- [About this exercise]: Produce an exact copy of the lines below, starting at the first and ending with the line containing "v 2.49 0.219 0".

- [Given entries]:
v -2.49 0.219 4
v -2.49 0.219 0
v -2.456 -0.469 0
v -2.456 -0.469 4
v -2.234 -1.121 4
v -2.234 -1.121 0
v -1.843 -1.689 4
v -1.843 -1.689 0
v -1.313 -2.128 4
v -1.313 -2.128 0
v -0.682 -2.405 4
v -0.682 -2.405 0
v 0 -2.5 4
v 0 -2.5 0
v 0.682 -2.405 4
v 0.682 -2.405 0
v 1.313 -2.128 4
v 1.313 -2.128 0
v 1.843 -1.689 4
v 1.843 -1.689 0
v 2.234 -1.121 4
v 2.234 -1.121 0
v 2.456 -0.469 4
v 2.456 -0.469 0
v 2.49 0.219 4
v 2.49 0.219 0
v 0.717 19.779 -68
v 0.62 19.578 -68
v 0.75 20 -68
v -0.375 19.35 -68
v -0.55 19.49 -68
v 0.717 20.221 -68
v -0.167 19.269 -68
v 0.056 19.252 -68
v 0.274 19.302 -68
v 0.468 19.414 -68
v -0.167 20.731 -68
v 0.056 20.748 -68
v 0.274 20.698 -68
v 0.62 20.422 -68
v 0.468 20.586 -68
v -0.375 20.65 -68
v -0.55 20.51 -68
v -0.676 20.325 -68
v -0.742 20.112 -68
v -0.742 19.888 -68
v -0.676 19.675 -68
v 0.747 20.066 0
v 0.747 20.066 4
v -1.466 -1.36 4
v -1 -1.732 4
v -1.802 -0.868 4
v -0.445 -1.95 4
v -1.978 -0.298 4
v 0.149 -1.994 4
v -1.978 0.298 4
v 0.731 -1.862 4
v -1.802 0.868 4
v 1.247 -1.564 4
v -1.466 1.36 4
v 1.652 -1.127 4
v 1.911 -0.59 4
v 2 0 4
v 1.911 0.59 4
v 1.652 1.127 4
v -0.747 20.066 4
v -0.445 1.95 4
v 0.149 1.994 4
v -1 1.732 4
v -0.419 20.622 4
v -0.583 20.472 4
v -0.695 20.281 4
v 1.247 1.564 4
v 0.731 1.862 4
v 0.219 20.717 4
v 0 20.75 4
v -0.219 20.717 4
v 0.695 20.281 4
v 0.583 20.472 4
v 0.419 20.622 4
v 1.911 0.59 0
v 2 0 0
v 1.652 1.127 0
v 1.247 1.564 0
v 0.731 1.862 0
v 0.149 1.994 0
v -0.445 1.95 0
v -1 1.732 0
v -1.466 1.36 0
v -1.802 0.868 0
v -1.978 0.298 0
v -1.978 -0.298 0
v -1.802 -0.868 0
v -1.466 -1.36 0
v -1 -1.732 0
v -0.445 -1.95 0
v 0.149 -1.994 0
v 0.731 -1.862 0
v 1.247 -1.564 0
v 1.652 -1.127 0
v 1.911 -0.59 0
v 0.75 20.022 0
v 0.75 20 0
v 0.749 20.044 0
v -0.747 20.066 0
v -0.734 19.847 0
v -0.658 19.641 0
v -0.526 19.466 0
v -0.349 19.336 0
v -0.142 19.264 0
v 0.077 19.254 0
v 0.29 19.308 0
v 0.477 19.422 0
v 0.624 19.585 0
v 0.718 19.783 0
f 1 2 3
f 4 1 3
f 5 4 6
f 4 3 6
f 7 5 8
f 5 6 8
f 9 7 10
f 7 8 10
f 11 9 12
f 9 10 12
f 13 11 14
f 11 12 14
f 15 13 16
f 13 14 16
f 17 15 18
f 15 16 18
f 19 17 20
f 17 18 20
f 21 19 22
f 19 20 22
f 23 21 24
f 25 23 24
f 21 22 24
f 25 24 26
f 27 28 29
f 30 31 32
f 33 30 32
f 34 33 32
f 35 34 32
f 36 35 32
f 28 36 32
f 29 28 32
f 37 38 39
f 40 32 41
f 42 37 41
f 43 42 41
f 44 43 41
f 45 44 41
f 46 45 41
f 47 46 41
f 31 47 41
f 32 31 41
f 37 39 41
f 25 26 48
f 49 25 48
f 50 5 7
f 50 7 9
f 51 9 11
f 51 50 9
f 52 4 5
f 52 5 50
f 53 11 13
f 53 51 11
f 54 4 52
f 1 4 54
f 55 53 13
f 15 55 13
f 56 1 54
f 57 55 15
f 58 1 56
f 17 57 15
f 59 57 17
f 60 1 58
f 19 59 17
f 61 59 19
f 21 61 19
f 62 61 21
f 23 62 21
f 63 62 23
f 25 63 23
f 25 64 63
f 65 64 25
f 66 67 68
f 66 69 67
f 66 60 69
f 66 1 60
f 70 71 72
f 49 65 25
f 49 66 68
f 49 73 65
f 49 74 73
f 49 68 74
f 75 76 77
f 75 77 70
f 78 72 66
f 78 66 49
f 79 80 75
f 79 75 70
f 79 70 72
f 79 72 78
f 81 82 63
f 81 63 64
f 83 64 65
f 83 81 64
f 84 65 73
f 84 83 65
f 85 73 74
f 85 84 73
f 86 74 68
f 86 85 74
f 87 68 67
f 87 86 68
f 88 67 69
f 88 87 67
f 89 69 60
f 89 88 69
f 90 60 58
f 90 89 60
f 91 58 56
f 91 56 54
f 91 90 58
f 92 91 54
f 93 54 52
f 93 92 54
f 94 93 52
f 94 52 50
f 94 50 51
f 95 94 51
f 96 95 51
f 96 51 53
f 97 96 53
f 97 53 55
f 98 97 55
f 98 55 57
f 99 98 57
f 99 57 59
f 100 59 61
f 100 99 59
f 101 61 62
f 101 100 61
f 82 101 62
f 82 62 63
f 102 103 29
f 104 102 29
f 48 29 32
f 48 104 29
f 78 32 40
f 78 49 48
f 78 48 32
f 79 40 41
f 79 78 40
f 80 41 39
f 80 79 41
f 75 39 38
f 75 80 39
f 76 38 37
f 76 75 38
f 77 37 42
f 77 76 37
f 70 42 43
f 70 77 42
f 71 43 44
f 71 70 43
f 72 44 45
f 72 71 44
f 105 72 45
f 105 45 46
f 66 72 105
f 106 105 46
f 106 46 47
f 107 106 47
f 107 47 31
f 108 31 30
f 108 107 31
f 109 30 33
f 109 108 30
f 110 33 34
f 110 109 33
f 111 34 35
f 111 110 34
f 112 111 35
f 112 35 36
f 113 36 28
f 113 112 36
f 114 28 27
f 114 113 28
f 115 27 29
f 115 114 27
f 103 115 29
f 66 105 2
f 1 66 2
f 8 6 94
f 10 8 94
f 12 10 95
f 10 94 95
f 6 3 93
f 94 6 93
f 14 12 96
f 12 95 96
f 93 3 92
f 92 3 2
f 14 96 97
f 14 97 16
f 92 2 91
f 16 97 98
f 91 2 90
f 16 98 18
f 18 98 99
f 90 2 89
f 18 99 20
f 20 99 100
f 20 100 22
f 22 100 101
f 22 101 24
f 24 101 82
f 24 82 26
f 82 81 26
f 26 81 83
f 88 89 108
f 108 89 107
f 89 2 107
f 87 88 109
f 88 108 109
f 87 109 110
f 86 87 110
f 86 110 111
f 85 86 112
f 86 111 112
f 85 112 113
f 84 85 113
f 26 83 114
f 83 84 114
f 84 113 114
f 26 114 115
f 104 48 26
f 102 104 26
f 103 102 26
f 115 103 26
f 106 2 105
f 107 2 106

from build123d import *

# Parameters (mm, degrees)
IZIM1_R                          = 2
Y_KSEKLIK_EKSTR_ZYON1_DEPTH      = 4
Y_KSEKLIK_EKSTR_ZYON2_DEPTH      = 4
Y_KSEKLIK_EKSTR_ZYON2_DEPTH_BACK = 68


with BuildPart() as part:
    # Çizim1 → Yükseklik-Ekstrüzyon1 (new body)
    with BuildSketch(Plane.XY):
        with BuildLine():
            Line((2.490411299, 0.21875), (0.74712339, 20.065625))
            ThreePointArc((0.74712339, 20.065625), (0, 19.25), (-0.74712339, 20.065625))
            Line((-0.74712339, 20.065625), (-2.490411299, 0.21875))
            ThreePointArc((-2.490411299, 0.21875), (0, -2.5), (2.490411299, 0.21875))
        make_face()
        Circle(IZIM1_R, mode=Mode.SUBTRACT)
    extrude(amount=Y_KSEKLIK_EKSTR_ZYON1_DEPTH)

    # Çizim1<3> → Yükseklik-Ekstrüzyon2 (add, two sides: drawn at the far end of the back side and taken through both)
    with BuildSketch(Plane.XY.offset(-Y_KSEKLIK_EKSTR_ZYON2_DEPTH_BACK)):
        with BuildLine():
            ThreePointArc((0.74712339, 20.065625), (0, 20.75), (-0.74712339, 20.065625))
            ThreePointArc((-0.74712339, 20.065625), (-0.032844008, 19.250719498), (0.75, 20))
            ThreePointArc((0.75, 20), (0.749280502, 20.032844008), (0.74712339, 20.065625))
        make_face()
    extrude(amount=Y_KSEKLIK_EKSTR_ZYON2_DEPTH + Y_KSEKLIK_EKSTR_ZYON2_DEPTH_BACK)


solid = part.part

- [Response]:
v -2.49 0.219 4
v -2.49 0.219 0
v -2.456 -0.469 0
v -2.456 -0.469 4
v -2.234 -1.121 4
v -2.234 -1.121 0
v -1.843 -1.689 4
v -1.843 -1.689 0
v -1.313 -2.128 4
v -1.313 -2.128 0
v -0.682 -2.405 4
v -0.682 -2.405 0
v 0 -2.5 4
v 0 -2.5 0
v 0.682 -2.405 4
v 0.682 -2.405 0
v 1.313 -2.128 4
v 1.313 -2.128 0
v 1.843 -1.689 4
v 1.843 -1.689 0
v 2.234 -1.121 4
v 2.234 -1.121 0
v 2.456 -0.469 4
v 2.456 -0.469 0
v 2.49 0.219 4
v 2.49 0.219 0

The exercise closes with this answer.